Edible packaging has gained traction over the years as an alternative to plastic packaging. The need for plastic packaging in order to protect food, has led to a lot of packaging waste from the food industry. It is estimated that 8 million tonnes of plastic end up in the ocean every year. This could ultimately lead to having more plastics than fish in the sea by 2050. While innovative packaging solutions such as bioplastics have been suggested to address the plastic pollution issue, this solution is still not the best, as bioplastics are not able to break down properly when they end up in the ocean, contrary to edible packaging that can be eaten or is able to break down quickly and leave behind no negative effects.

Edible Packaging Innovations

Edible packaging can be made from different constituents, one of them is milk protein. Milk protein, casein, is similar to plastic in that it is able to keep the food protected and prevent exposure to oxygen, and has no flavor. It has been found that by adding citrus pectin it is able to be more durable against higher temperatures and humidity, which may be a problem for other packaging forms.

Edible packaging can also be made from mushroom roots. This type of packaging is called Mycelium packaging, and is baked in order to create a protective cushioning. Ikea is currently trying to incorporate mycelium packaging into their supply chain.

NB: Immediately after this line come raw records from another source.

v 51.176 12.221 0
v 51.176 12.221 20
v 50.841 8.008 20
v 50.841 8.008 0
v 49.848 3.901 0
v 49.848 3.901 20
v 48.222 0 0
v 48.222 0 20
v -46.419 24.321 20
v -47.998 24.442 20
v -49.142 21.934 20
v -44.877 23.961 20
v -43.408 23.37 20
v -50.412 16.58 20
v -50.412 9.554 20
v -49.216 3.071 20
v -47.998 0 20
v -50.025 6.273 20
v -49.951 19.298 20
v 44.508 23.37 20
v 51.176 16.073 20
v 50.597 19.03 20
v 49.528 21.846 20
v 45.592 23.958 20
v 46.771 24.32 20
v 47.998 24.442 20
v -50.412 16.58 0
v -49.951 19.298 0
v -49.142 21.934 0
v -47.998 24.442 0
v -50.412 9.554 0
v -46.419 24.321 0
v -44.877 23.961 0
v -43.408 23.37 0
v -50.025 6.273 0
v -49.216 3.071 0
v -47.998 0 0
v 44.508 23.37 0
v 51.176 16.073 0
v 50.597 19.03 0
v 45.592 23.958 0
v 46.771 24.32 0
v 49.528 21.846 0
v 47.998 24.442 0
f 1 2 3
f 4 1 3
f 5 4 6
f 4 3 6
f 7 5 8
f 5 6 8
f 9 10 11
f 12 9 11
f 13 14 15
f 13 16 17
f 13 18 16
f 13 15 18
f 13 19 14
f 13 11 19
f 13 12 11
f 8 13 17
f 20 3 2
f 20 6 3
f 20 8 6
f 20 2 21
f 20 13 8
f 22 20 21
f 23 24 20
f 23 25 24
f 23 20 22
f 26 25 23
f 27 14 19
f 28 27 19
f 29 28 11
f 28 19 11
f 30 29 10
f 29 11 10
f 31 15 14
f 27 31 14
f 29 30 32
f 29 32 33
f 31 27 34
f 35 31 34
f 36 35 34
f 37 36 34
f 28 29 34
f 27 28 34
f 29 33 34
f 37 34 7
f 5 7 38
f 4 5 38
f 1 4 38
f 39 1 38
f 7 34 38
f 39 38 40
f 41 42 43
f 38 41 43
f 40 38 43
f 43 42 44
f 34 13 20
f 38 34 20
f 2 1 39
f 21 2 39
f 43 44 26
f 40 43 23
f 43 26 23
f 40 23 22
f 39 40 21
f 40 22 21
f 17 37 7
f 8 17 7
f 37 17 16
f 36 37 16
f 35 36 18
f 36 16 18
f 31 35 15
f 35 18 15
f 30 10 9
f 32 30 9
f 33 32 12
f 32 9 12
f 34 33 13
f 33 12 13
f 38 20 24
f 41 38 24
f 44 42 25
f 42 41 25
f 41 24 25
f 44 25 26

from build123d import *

# Parameters (mm, degrees)
F0_W     = 101.5878766775
F0_H     = 24.442197755
F1_DEPTH = 20
F3_DEPTH = 25
F5_DEPTH = 25


with BuildPart() as f1:
    # F0 (on Top) → F1 (new body)
    with BuildSketch(Plane.XY):
        with Locations((0.3819093108, 12.2210988775)):
            Rectangle(F0_W, F0_H)
    extrude(amount=F1_DEPTH)

    # F2 (on face) → F3 (cut)
    with BuildSketch(Plane.XY.offset(20)):
        with BuildLine():
            ThreePointArc((-50.4120290279, 16.5795714258), (-49.5897410565, 20.6289075462), (-47.9984842241, 24.442197755))
            Line((-47.9984842241, 24.442197755), (-50.4120290279, 24.442197755))
            Line((-50.4120290279, 24.442197755), (-50.4120290279, 16.5795714258))
        make_face()
        with BuildLine():
            ThreePointArc((-47.9984842241, 0), (-49.6724374157, 4.6588518495), (-50.4120290279, 9.5537496105))
            Line((-50.4120290279, 9.5537496105), (-50.4120290279, 0))
            Line((-50.4120290279, 0), (-47.9984842241, 0))
        make_face()
        with BuildLine():
            Line((51.1758476496, 24.442197755), (47.9984171689, 24.442197755))
            ThreePointArc((47.9984171689, 24.442197755), (50.12222675, 20.4607446272), (51.1758476496, 16.0729867548))
            Line((51.1758476496, 16.0729867548), (51.1758476496, 24.442197755))
        make_face()
        with BuildLine():
            Line((51.1758476496, 0), (51.1758476496, 12.2210988775))
            ThreePointArc((51.1758476496, 12.2210988775), (50.425198292, 5.9349952856), (48.2219271362, 0))
            Line((48.2219271362, 0), (51.1758476496, 0))
        make_face()
    extrude(amount=-F3_DEPTH, mode=Mode.SUBTRACT)

    # F4 (on face) → F5 (cut)
    with BuildSketch(Plane.XY.offset(20)):
        with BuildLine():
            ThreePointArc((-47.9984842241, 24.442197755), (-45.641486399, 24.1705843884), (-43.4080474079, 23.3699828386))
            Line((-43.4080474079, 23.3699828386), (44.5075258613, 23.3699828386))
            ThreePointArc((44.5075258613, 23.3699828386), (46.1724950081, 24.1681037554), (47.9984171689, 24.442197755))
            Line((47.9984171689, 24.442197755), (-47.9984842241, 24.442197755))
        make_face()
    extrude(amount=-F5_DEPTH, mode=Mode.SUBTRACT)


solid = f1.part
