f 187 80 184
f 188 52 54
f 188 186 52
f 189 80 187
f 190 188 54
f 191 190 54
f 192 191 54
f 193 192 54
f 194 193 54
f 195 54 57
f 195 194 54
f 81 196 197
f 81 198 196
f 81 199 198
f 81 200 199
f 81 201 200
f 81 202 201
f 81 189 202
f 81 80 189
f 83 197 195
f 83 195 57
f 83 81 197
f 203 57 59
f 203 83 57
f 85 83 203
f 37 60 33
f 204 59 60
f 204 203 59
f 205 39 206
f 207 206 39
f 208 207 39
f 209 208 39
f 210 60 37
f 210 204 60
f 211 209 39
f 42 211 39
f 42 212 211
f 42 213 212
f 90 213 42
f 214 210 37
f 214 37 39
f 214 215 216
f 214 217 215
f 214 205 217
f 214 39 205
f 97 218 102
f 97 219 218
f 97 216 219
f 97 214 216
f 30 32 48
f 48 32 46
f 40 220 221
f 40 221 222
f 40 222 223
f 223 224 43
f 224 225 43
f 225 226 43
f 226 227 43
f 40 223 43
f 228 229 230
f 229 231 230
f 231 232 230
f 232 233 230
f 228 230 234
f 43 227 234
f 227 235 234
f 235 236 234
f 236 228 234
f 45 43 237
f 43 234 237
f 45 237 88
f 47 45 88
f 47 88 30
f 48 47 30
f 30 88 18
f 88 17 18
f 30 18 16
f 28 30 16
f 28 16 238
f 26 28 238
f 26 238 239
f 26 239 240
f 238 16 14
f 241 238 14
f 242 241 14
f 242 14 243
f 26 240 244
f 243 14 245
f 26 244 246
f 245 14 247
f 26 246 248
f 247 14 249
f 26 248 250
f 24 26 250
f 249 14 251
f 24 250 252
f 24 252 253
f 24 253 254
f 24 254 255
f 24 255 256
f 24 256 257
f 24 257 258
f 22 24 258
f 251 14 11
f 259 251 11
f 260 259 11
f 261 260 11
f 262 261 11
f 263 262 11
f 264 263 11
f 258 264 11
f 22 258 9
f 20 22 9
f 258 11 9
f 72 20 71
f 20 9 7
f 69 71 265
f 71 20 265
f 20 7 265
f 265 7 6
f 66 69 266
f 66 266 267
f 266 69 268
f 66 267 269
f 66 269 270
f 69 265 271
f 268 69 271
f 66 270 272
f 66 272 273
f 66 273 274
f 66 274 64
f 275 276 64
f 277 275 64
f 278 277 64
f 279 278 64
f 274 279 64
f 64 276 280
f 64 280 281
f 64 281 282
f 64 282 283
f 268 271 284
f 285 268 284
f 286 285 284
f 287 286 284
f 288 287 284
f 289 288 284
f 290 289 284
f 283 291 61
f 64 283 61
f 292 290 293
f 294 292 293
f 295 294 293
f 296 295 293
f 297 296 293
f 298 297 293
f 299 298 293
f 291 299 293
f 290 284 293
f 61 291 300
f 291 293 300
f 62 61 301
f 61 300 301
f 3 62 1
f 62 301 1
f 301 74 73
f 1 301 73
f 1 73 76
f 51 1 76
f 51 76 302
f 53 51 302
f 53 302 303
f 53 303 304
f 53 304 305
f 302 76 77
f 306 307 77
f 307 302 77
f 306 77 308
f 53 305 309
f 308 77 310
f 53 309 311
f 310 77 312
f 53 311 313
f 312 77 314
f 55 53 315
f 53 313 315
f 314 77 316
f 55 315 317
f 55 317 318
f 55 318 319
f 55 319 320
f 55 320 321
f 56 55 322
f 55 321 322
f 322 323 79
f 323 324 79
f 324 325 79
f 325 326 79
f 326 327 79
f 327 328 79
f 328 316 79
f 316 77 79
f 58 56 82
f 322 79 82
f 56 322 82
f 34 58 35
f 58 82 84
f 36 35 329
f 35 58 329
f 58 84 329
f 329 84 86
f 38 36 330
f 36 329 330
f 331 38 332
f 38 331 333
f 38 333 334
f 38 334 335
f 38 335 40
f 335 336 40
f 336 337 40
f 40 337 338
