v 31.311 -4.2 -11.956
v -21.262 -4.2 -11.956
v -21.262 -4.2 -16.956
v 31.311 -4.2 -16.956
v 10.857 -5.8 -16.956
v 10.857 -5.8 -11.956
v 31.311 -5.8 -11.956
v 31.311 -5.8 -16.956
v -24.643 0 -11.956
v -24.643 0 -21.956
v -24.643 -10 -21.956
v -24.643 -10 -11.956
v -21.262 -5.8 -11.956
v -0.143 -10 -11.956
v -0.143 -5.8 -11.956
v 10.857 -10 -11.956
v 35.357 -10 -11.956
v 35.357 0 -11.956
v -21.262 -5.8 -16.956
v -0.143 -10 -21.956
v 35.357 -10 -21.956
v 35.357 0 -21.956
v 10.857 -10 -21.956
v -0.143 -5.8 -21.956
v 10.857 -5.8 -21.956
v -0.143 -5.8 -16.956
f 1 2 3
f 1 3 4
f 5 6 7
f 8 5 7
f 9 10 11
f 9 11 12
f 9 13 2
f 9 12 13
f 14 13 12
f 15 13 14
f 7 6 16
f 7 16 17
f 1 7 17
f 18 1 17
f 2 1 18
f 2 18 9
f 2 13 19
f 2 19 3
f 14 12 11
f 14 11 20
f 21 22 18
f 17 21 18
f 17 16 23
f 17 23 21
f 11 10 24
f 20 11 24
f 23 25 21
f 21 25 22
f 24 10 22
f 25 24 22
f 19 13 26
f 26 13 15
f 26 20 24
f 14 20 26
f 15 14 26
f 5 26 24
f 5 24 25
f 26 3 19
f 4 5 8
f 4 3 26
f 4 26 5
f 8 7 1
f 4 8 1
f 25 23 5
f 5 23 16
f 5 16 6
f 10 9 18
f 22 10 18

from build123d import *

# Parameters (mm, degrees)
F0_W     = 60
F0_H     = 10
F1_DEPTH = 10
F2_W     = 52.573141
F2_H     = 1.6
F3_DEPTH = 5
F4_W     = 11
F4_H     = 4.2
F5_DEPTH = 10.001


with BuildPart() as f1:
    # F0 (on Front) → F1 (new body)
    with BuildSketch(Plane.XZ):
        with Locations((5.357166, -16.956311)):
            Rectangle(F0_W, F0_H)
    extrude(amount=F1_DEPTH)

    # F2 (on face) → F3 (cut)
    with BuildSketch(Plane.XY.offset(-11.956311)):
        with Locations((5.024185, -5)):
            Rectangle(F2_W, F2_H)
    extrude(amount=-F3_DEPTH, mode=Mode.SUBTRACT)

    # F4 (on face) → F5 (cut, through all)
    with BuildSketch(Plane.XY.offset(-11.956311)):
        with Locations((5.357166, -7.9)):
            Rectangle(F4_W, F4_H)
    extrude(amount=-F5_DEPTH, mode=Mode.SUBTRACT)


solid = f1.part
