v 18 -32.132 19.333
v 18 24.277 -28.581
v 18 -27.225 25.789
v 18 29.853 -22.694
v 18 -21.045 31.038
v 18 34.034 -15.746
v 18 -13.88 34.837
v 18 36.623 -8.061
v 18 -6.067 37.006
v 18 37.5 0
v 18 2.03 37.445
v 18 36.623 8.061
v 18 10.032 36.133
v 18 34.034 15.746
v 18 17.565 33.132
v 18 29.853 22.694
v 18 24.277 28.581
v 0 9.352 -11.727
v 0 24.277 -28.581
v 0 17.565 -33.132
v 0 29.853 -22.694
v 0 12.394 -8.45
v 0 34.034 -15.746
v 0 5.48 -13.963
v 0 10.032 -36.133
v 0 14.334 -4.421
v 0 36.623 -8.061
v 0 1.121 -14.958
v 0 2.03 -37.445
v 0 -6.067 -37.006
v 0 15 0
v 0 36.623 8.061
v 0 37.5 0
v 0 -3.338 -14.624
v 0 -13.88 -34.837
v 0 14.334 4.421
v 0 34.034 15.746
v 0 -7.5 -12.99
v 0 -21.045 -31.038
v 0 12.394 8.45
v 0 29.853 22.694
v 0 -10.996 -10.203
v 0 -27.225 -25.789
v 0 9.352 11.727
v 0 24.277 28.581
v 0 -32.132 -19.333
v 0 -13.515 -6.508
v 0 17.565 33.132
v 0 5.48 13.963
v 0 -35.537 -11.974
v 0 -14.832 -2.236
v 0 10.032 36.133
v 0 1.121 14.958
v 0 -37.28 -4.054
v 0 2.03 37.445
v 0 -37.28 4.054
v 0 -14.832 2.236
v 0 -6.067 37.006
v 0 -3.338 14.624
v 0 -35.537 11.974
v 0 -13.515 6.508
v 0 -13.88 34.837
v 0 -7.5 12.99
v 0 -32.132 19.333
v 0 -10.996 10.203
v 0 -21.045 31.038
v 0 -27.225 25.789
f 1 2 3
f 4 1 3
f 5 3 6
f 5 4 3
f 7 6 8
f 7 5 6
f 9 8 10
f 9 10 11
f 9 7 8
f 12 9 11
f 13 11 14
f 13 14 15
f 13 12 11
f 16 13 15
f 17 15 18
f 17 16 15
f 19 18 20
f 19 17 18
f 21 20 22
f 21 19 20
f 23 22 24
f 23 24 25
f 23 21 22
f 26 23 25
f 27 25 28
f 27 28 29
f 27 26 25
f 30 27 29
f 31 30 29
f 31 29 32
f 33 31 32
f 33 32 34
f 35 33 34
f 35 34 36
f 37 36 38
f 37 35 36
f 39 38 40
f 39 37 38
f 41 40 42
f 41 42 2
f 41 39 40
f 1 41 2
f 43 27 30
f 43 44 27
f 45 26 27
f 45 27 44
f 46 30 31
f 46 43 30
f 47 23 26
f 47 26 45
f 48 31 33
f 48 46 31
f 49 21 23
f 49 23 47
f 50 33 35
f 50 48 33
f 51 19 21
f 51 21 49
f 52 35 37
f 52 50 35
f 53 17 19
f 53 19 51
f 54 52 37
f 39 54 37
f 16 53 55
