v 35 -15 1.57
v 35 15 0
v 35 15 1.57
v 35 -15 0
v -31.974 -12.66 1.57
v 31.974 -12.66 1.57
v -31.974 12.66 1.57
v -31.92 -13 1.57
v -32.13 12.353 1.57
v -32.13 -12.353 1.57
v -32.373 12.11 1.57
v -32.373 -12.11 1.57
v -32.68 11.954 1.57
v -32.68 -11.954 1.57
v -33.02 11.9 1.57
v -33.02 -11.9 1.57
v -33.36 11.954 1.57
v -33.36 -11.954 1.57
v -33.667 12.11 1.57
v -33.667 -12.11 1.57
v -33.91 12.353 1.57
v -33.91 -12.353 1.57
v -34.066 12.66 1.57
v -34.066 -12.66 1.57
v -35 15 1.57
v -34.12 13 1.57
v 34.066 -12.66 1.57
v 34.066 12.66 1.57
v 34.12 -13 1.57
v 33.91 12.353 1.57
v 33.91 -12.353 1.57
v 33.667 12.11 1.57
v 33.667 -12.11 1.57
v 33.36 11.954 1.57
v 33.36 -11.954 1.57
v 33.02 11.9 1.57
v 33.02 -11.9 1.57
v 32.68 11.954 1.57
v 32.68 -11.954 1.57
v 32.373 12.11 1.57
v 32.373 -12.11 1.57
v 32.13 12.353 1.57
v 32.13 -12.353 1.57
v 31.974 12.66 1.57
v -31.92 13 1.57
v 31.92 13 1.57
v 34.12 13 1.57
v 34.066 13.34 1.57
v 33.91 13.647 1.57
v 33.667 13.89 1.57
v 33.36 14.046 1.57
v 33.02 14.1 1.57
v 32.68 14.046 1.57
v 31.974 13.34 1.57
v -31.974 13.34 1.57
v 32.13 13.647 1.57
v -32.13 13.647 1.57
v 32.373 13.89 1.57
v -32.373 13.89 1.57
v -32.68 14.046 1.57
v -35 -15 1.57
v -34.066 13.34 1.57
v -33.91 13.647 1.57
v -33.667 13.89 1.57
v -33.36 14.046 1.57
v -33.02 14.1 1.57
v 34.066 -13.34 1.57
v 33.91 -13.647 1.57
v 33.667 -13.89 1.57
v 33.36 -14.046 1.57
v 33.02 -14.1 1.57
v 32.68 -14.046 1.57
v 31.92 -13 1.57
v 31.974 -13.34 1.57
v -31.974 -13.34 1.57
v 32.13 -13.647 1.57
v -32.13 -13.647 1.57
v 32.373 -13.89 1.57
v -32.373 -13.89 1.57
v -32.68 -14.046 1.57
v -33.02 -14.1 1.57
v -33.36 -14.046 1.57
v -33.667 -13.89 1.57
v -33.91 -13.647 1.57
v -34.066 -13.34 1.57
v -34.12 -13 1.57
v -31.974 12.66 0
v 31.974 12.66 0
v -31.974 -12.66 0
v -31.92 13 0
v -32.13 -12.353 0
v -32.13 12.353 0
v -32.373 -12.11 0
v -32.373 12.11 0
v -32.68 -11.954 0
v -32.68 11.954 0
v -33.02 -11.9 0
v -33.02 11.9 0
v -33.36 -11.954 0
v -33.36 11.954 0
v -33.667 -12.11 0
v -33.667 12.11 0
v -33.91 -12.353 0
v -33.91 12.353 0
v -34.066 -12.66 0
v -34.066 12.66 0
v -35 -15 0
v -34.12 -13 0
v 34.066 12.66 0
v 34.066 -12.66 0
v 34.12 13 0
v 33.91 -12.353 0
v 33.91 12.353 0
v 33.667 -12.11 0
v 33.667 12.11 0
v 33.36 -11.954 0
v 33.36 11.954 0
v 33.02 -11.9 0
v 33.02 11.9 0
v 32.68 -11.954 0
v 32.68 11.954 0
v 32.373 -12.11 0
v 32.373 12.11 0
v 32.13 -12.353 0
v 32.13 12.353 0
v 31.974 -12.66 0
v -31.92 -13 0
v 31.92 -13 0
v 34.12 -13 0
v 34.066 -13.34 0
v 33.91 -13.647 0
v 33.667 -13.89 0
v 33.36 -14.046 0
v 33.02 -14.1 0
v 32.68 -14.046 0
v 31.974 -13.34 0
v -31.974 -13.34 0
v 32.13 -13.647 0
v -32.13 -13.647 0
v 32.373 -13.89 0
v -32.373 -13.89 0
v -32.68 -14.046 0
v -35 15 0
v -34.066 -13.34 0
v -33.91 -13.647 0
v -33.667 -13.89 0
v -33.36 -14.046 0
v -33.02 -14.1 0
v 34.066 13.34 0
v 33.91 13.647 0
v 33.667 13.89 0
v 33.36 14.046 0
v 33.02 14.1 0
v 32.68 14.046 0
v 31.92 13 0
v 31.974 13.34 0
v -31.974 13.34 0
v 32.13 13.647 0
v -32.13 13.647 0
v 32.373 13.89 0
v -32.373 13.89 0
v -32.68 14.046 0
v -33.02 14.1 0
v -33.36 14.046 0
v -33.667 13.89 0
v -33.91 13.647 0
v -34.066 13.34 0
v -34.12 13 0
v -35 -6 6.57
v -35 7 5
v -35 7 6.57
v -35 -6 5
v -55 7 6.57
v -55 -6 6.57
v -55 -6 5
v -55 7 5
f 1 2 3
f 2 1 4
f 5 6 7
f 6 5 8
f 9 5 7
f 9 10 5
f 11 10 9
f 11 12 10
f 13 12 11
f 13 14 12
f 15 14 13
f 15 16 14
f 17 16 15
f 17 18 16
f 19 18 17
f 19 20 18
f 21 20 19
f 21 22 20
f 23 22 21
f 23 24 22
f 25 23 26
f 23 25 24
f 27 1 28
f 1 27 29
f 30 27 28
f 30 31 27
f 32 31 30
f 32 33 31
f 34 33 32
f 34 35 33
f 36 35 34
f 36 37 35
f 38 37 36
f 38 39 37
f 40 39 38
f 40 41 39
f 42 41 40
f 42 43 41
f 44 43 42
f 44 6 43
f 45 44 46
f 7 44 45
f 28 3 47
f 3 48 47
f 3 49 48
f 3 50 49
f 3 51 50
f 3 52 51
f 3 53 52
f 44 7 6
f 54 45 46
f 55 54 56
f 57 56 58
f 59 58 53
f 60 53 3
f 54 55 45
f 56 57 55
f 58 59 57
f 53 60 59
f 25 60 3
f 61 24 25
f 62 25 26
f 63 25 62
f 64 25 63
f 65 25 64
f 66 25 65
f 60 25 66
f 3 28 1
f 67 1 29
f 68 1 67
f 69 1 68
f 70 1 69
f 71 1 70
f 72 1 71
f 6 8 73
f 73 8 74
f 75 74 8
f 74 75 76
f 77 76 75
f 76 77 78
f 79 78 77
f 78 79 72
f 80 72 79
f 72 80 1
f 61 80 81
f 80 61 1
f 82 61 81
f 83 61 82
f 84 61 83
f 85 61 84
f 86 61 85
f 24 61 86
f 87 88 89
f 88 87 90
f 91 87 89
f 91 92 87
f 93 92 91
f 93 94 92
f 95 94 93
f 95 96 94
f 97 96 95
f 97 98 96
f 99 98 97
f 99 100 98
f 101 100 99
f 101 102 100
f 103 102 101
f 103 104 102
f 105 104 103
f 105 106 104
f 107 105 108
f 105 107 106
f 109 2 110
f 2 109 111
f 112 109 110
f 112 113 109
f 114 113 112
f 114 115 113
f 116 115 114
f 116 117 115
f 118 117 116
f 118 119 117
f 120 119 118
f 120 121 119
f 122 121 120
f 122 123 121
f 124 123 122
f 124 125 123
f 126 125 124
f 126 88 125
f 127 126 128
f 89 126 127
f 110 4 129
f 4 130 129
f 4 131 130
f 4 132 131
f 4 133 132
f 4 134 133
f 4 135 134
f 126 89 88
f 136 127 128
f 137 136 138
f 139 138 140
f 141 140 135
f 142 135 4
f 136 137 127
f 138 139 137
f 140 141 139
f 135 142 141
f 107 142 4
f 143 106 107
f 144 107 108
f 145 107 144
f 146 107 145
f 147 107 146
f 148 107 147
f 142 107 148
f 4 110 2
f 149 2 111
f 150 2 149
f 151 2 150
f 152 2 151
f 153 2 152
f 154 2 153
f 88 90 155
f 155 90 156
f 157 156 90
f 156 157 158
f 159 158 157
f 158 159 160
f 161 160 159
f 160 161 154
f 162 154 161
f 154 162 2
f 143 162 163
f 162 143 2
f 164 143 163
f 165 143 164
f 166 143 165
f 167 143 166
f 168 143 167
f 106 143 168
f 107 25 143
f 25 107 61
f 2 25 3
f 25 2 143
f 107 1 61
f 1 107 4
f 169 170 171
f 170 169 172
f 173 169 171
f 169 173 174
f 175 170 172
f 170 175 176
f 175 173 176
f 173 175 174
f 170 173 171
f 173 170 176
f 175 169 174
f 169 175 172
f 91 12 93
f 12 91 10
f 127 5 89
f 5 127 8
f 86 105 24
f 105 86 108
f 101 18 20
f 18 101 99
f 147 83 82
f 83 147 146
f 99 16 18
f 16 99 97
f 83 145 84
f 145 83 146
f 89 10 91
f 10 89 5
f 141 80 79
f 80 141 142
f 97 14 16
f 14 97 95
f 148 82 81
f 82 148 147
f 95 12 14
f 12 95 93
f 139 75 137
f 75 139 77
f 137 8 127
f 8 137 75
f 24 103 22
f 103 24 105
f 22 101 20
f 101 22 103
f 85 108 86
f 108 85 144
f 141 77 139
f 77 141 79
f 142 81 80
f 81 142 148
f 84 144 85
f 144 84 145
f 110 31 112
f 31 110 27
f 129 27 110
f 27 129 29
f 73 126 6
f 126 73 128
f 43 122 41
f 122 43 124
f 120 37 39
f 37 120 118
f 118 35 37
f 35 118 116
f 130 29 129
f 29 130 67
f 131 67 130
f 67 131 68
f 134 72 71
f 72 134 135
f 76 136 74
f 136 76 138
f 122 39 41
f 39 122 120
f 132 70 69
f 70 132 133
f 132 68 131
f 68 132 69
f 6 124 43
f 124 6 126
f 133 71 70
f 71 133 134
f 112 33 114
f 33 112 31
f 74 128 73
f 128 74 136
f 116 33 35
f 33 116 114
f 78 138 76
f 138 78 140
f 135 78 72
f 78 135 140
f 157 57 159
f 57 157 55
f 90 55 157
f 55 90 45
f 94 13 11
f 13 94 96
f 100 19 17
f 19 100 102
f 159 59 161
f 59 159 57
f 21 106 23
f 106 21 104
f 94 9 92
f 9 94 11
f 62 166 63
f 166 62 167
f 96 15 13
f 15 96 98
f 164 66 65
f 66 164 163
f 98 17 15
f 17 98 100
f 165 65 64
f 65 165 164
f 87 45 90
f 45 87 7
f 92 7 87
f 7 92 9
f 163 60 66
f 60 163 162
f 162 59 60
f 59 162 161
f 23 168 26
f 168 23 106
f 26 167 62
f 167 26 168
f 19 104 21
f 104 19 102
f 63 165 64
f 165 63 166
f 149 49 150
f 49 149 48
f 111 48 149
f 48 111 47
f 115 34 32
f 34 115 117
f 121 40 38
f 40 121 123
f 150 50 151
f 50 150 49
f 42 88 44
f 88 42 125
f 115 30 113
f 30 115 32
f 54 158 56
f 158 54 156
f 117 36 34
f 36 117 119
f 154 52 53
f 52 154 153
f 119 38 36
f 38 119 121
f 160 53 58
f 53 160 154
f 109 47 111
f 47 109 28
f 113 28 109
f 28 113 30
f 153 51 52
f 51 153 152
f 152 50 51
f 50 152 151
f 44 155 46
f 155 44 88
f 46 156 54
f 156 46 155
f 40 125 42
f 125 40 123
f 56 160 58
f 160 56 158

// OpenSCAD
// file: ../utils/struct.scad
function get(config, key) = config[search([key], config)[0]][1];

function set(config, key, value) = [for (elem = config) if (elem[0] != key) elem, [key, value]];
    
function join(config1, config2) = [for (elem = config1) elem, for (elem = config2) elem];
// main file
use <../utils/struct.scad>

function PowerBoard_config() =
        let (
            pcb_height = 1.57,
            width = 70,
            height = 30,
            bore_diameter = 2.2,
            bore_spread_w = 26*2.54,
            bore_spread_h = 26
        ) [
            ["pcb_height", pcb_height],
            ["width", width],
            ["height", height],
            ["bore_diameter", bore_diameter],
            ["bore_spread_w", bore_spread_w],
            ["bore_spread_h", bore_spread_h]
        ];


module PowerBoard_BoreHoles(config, front = true, back = true) {
    bore_spread_w = get(config, "bore_spread_w");
    bore_spread_h = get(config, "bore_spread_h");
    
    for (i = [-1, 1])
        if (((i == -1) && front) ||
            ((i == 1) && back))
        for (j = [-1, 1])
        translate([
                j*bore_spread_w/2, 
                i*bore_spread_h/2,
                0])
        children();
}

module PowerBoard(config) {
    width = get(config, "width");
    height = get(config, "height");
    bore_spread_w = get(config, "bore_spread_w");
    bore_spread_h = get(config, "bore_spread_h");
    pcb_height = get(config, "pcb_height");
    
    difference() {
        union() {
            translate([-width/2, -height/2, 0])
            cube([width, height, pcb_height]);

            translate([-width/2-20, -6, 5])
            cube([20, 13, pcb_height]);
        }

        
        translate([0, 0, -1])
        PowerBoard_BoreHoles(config)
        cylinder($fn=20, d = get(config, "bore_diameter"), h = 10);
            
        if (false)
            for (r = [0:9])
                for (c = [0:23])
                    translate([(c-11.5)*2.54, (r-4.5)*2.54, -1])
                    cylinder($fn=10, d = 0.5, h = 5);
    }
    
};

PowerBoard(PowerBoard_config());

module AlignPowerBoardToMainBoard(config) {
    pcb_height = get(config, "pcb_height");

    translate([0, -4.5*2.54-8.5*2.54, 11+pcb_height])
    children();
}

Another ingredient that can be used is agar, a gelatinous substance in both seaweed and algae. This kind of packaging is called seaweed packaging.  Natural sweeteners and dyes can also be used to make the agar colorful and more flavorful for packaging use. An example of this is from the company Notpla who created “Ooho”, an edible sachet. You can choose to eat the sachet after drinking the liquid inside, but if you don’t it will biodegrade within 4-6 weeks. Notpla has also expanded into using seaweed to create other forms of packaging such as takeaway boxes.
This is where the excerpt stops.